What the task asks
Below are entries; output exactly the lines from the one with "f 212 298 302" to the one with "f 336 298 297", both included, and nothing else.

(Saved data entries)

▬▬▬▬▬▬▬▬▬▬

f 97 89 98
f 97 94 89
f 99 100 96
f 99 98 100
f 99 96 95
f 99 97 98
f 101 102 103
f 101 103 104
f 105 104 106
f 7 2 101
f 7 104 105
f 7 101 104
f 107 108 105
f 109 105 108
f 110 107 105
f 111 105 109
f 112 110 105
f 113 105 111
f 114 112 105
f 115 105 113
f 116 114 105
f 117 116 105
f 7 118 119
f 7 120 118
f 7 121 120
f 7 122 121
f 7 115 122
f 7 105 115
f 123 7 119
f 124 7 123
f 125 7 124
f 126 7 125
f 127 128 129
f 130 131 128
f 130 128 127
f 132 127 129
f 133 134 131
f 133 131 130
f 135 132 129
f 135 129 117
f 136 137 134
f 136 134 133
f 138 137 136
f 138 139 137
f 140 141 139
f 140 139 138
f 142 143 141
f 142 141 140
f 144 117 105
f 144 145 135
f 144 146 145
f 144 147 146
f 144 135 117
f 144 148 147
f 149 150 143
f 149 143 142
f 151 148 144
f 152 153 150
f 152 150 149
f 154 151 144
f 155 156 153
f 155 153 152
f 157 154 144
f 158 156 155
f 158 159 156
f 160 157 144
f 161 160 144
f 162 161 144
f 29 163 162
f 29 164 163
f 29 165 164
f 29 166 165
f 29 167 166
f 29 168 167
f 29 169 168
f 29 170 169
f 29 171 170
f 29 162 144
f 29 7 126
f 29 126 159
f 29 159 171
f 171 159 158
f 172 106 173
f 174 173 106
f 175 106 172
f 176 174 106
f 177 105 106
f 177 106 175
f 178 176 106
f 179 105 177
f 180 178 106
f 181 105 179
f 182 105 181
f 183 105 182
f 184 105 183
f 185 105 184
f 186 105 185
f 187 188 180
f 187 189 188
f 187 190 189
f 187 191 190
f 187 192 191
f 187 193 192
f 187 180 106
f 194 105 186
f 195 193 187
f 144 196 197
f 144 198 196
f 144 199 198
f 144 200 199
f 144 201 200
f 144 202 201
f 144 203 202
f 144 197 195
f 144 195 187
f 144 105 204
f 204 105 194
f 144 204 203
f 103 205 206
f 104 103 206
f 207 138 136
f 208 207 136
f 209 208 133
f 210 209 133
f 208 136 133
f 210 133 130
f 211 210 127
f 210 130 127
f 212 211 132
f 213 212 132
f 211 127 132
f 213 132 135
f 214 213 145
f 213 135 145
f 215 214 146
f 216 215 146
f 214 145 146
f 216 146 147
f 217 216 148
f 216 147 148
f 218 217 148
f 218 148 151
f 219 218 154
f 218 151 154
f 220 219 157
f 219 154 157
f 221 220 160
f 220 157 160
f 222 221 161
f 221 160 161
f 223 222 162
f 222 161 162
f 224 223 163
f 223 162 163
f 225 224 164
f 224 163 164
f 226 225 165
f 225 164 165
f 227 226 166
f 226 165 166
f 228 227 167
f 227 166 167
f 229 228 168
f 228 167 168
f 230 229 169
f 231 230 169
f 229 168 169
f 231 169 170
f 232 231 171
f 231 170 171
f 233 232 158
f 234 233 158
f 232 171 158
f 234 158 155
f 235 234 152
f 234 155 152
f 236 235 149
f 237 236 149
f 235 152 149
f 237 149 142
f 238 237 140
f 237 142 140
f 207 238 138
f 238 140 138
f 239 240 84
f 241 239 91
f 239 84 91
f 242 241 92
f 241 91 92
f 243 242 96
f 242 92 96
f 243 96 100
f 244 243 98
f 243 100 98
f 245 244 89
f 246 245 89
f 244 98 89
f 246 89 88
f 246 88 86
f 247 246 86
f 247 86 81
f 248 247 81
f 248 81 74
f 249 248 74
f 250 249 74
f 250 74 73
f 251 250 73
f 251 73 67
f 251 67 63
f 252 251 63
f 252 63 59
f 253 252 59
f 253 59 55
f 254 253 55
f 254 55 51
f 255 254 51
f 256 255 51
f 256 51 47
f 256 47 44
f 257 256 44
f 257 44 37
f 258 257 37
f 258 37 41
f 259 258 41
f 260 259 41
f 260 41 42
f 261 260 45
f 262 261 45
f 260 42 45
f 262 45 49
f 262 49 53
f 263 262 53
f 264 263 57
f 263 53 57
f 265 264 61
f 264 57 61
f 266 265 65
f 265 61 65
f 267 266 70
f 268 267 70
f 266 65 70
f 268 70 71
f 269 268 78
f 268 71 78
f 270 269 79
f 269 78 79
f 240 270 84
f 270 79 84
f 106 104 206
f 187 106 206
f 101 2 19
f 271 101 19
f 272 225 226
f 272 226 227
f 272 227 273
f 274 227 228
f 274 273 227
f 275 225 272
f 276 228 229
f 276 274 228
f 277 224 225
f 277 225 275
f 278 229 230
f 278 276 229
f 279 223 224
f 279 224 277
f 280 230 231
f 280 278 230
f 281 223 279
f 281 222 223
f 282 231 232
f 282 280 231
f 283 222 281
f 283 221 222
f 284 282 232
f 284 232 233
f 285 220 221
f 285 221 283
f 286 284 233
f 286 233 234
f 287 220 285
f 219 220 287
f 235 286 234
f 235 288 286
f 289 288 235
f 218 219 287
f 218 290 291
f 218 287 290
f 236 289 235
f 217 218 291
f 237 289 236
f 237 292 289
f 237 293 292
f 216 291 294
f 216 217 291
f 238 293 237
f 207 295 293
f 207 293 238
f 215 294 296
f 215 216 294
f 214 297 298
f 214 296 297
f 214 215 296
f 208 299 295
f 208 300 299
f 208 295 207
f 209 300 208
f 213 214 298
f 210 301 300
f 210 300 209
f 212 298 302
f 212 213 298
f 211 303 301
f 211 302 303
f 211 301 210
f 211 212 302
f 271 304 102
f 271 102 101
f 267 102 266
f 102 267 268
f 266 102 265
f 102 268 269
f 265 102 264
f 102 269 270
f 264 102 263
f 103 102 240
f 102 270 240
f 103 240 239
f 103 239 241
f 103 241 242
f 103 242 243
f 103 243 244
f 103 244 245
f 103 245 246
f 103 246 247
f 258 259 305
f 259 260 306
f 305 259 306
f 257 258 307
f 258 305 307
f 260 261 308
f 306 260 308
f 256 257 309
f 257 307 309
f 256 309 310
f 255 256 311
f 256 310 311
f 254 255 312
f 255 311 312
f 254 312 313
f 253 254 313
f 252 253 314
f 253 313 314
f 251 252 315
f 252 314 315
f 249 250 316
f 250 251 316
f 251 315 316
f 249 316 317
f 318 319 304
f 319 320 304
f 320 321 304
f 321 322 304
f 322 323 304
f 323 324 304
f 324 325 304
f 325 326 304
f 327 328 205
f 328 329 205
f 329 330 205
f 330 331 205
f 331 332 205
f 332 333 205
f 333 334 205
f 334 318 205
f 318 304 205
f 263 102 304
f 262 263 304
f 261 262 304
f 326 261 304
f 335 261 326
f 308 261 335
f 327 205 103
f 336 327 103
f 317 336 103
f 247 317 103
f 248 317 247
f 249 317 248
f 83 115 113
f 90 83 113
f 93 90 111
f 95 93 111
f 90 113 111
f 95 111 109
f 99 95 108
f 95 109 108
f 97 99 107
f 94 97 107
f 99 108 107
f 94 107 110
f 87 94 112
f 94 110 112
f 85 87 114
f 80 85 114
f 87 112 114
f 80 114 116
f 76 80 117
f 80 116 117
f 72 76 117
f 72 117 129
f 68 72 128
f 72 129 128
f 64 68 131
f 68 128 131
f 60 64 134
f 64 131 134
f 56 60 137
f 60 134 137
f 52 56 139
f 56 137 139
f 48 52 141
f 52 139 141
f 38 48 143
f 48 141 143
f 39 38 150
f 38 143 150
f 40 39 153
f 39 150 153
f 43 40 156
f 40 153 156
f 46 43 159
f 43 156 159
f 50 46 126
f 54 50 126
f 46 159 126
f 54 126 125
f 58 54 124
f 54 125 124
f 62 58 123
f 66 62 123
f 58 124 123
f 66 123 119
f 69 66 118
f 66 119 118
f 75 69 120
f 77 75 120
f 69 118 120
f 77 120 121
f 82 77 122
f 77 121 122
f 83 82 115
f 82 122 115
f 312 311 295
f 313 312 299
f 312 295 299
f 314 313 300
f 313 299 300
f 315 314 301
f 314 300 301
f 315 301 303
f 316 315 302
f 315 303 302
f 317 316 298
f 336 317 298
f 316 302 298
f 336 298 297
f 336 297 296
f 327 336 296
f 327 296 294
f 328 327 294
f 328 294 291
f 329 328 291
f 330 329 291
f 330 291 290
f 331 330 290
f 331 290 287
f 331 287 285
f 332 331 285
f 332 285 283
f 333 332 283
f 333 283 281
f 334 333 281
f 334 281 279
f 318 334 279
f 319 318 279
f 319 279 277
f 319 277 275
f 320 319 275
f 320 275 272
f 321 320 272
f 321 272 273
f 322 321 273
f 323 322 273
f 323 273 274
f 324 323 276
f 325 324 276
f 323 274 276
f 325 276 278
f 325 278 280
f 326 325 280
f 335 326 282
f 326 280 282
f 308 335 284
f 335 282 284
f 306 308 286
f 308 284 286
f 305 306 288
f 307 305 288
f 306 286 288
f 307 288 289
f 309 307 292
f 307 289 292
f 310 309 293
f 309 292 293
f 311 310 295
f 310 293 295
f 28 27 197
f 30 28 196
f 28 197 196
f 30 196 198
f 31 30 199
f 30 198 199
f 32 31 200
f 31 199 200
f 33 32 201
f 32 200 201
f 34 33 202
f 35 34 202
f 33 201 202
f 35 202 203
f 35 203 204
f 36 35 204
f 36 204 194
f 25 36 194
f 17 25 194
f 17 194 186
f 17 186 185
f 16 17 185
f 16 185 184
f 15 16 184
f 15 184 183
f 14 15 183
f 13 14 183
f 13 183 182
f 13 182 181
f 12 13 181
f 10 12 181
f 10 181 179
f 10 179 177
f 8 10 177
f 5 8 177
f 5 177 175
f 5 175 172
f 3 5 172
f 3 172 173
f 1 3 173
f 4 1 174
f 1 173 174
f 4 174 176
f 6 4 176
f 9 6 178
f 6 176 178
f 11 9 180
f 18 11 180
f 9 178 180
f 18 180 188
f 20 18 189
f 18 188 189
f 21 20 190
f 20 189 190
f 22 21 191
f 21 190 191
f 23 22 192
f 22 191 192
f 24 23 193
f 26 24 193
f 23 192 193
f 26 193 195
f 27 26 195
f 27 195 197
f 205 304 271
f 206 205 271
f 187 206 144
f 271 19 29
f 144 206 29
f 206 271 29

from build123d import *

▬▬▬▬▬▬▬▬▬▬

Your response
f 212 298 302
f 212 213 298
f 211 303 301
f 211 302 303
f 211 301 210
f 211 212 302
f 271 304 102
f 271 102 101
f 267 102 266
f 102 267 268
f 266 102 265
f 102 268 269
f 265 102 264
f 102 269 270
f 264 102 263
f 103 102 240
f 102 270 240
f 103 240 239
f 103 239 241
f 103 241 242
f 103 242 243
f 103 243 244
f 103 244 245
f 103 245 246
f 103 246 247
f 258 259 305
f 259 260 306
f 305 259 306
f 257 258 307
f 258 305 307
f 260 261 308
f 306 260 308
f 256 257 309
f 257 307 309
f 256 309 310
f 255 256 311
f 256 310 311
f 254 255 312
f 255 311 312
f 254 312 313
f 253 254 313
f 252 253 314
f 253 313 314
f 251 252 315
f 252 314 315
f 249 250 316
f 250 251 316
f 251 315 316
f 249 316 317
f 318 319 304
f 319 320 304
f 320 321 304
f 321 322 304
f 322 323 304
f 323 324 304
f 324 325 304
f 325 326 304
f 327 328 205
f 328 329 205
f 329 330 205
f 330 331 205
f 331 332 205
f 332 333 205
f 333 334 205
f 334 318 205
f 318 304 205
f 263 102 304
f 262 263 304
f 261 262 304
f 326 261 304
f 335 261 326
f 308 261 335
f 327 205 103
f 336 327 103
f 317 336 103
f 247 317 103
f 248 317 247
f 249 317 248
f 83 115 113
f 90 83 113
f 93 90 111
f 95 93 111
f 90 113 111
f 95 111 109
f 99 95 108
f 95 109 108
f 97 99 107
f 94 97 107
f 99 108 107
f 94 107 110
f 87 94 112
f 94 110 112
f 85 87 114
f 80 85 114
f 87 112 114
f 80 114 116
f 76 80 117
f 80 116 117
f 72 76 117
f 72 117 129
f 68 72 128
f 72 129 128
f 64 68 131
f 68 128 131
f 60 64 134
f 64 131 134
f 56 60 137
f 60 134 137
f 52 56 139
f 56 137 139
f 48 52 141
f 52 139 141
f 38 48 143
f 48 141 143
f 39 38 150
f 38 143 150
f 40 39 153
f 39 150 153
f 43 40 156
f 40 153 156
f 46 43 159
f 43 156 159
f 50 46 126
f 54 50 126
f 46 159 126
f 54 126 125
f 58 54 124
f 54 125 124
f 62 58 123
f 66 62 123
f 58 124 123
f 66 123 119
f 69 66 118
f 66 119 118
f 75 69 120
f 77 75 120
f 69 118 120
f 77 120 121
f 82 77 122
f 77 121 122
f 83 82 115
f 82 122 115
f 312 311 295
f 313 312 299
f 312 295 299
f 314 313 300
f 313 299 300
f 315 314 301
f 314 300 301
f 315 301 303
f 316 315 302
f 315 303 302
f 317 316 298
f 336 317 298
f 316 302 298
f 336 298 297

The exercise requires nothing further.